=== Begin Enclosure ===

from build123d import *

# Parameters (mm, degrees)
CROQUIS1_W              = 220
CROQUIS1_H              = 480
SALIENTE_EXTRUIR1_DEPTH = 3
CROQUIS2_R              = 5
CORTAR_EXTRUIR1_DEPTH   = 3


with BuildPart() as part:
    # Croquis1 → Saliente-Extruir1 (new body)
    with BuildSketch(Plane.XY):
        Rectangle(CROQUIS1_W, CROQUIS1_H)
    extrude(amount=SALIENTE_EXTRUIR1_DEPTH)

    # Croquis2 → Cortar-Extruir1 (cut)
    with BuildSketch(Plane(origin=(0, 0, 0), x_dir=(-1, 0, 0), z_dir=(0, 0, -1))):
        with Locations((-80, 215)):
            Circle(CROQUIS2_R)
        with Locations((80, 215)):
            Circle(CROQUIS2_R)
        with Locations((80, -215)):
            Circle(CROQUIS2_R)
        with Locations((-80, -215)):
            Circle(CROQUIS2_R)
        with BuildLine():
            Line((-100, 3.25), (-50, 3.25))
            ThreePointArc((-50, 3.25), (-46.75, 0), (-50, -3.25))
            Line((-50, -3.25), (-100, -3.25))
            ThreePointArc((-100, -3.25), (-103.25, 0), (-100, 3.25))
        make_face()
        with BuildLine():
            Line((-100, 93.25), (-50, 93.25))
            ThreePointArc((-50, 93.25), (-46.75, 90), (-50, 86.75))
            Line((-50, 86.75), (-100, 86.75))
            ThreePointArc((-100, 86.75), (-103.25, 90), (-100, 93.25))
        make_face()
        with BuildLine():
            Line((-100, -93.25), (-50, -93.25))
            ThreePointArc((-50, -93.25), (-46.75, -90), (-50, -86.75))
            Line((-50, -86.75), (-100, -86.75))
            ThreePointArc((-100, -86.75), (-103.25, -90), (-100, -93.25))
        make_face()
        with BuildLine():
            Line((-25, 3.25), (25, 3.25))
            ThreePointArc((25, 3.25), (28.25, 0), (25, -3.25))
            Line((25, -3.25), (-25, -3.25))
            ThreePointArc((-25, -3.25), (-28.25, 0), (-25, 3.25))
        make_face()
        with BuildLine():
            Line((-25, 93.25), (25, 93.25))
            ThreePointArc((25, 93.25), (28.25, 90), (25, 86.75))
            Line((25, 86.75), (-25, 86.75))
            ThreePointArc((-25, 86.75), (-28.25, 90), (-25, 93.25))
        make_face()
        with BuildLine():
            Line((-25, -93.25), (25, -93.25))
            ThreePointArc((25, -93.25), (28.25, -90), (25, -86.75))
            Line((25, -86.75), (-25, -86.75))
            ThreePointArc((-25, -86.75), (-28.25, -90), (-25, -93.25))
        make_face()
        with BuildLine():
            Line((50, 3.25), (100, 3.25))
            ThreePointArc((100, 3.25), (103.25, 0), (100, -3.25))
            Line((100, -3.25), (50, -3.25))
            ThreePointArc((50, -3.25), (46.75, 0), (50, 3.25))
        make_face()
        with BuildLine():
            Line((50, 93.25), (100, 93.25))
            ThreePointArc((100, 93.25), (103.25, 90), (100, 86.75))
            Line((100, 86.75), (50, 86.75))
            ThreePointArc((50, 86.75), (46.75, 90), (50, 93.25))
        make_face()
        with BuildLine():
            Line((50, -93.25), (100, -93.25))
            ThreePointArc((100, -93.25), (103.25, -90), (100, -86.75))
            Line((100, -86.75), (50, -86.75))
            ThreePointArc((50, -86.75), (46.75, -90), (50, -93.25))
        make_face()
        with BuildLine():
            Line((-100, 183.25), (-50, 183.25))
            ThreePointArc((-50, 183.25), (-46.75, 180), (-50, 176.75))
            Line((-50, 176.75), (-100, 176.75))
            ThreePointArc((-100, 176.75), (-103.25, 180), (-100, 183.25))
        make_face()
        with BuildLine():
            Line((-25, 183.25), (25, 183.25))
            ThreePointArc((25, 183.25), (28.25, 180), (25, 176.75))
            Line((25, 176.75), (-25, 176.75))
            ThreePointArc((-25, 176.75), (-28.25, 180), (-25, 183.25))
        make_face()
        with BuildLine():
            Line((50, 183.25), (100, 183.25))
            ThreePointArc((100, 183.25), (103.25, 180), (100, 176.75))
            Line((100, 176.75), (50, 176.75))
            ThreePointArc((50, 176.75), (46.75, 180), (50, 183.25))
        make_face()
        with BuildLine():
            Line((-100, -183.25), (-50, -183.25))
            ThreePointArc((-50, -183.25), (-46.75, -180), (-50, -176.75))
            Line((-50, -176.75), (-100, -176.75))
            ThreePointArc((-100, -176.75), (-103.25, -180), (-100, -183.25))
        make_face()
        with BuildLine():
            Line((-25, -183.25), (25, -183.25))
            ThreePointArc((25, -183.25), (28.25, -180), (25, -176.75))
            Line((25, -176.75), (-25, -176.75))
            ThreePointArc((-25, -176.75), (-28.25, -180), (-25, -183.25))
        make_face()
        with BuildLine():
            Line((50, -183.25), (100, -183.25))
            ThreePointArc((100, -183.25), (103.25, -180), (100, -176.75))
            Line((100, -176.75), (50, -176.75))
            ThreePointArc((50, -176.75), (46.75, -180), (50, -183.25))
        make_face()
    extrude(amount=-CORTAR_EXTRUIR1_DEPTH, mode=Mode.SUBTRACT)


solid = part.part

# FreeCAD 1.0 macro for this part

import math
import FreeCAD as App
import Part
import Sketcher

V = App.Vector
Q = App.Units.Quantity

doc = App.newDocument("Part")
body = doc.addObject("PartDesign::Body", "Body")

# Sketch on XY plane
sketch1 = body.newObject("Sketcher::SketchObject", "Sketch")
sketch1.AttachmentSupport = (doc.getObject("XY_Plane"), [""])
sketch1.MapMode = "FlatFace"
sketch1.addGeometry([
    Part.LineSegment(V(-110, 240, 0), V(-110, -240, 0)),
    Part.LineSegment(V(-110, -240, 0), V(110, -240, 0)),
    Part.LineSegment(V(110, -240, 0), V(110, 240, 0)),
    Part.LineSegment(V(110, 240, 0), V(-110, 240, 0)),
], False)
sketch1.addConstraint([
    Sketcher.Constraint("Coincident", 0, 2, 1, 1),
    Sketcher.Constraint("Coincident", 1, 2, 2, 1),
    Sketcher.Constraint("Coincident", 2, 2, 3, 1),
    Sketcher.Constraint("Coincident", 3, 2, 0, 1),
    Sketcher.Constraint("Vertical", 0),
    Sketcher.Constraint("Horizontal", 1),
    Sketcher.Constraint("Vertical", 2),
    Sketcher.Constraint("Horizontal", 3),
    Sketcher.Constraint("Symmetric", 0, 2, 2, 2, -1, 1),
    Sketcher.Constraint("DistanceX", 1, 1, 1, 2, Q("220 mm")),
    Sketcher.Constraint("DistanceY", 0, 2, 0, 1, Q("480 mm")),
])
pad1 = body.newObject("PartDesign::Pad", "Pad")
pad1.Profile = sketch1
pad1.Length = 3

=== End Enclosure ===

• _EXERCISE DETAILS_
Copy exactly the lines that run from the first line of the data to the line containing "Line((-50, -86.75), (-100, -86.75))", please, with both ends included and nothing else.

• _EXERCISE SOLUTION_
from build123d import *

# Parameters (mm, degrees)
CROQUIS1_W              = 220
CROQUIS1_H              = 480
SALIENTE_EXTRUIR1_DEPTH = 3
CROQUIS2_R              = 5
CORTAR_EXTRUIR1_DEPTH   = 3


with BuildPart() as part:
    # Croquis1 → Saliente-Extruir1 (new body)
    with BuildSketch(Plane.XY):
        Rectangle(CROQUIS1_W, CROQUIS1_H)
    extrude(amount=SALIENTE_EXTRUIR1_DEPTH)

    # Croquis2 → Cortar-Extruir1 (cut)
    with BuildSketch(Plane(origin=(0, 0, 0), x_dir=(-1, 0, 0), z_dir=(0, 0, -1))):
        with Locations((-80, 215)):
            Circle(CROQUIS2_R)
        with Locations((80, 215)):
            Circle(CROQUIS2_R)
        with Locations((80, -215)):
            Circle(CROQUIS2_R)
        with Locations((-80, -215)):
            Circle(CROQUIS2_R)
        with BuildLine():
            Line((-100, 3.25), (-50, 3.25))
            ThreePointArc((-50, 3.25), (-46.75, 0), (-50, -3.25))
            Line((-50, -3.25), (-100, -3.25))
            ThreePointArc((-100, -3.25), (-103.25, 0), (-100, 3.25))
        make_face()
        with BuildLine():
            Line((-100, 93.25), (-50, 93.25))
            ThreePointArc((-50, 93.25), (-46.75, 90), (-50, 86.75))
            Line((-50, 86.75), (-100, 86.75))
            ThreePointArc((-100, 86.75), (-103.25, 90), (-100, 93.25))
        make_face()
        with BuildLine():
            Line((-100, -93.25), (-50, -93.25))
            ThreePointArc((-50, -93.25), (-46.75, -90), (-50, -86.75))
            Line((-50, -86.75), (-100, -86.75))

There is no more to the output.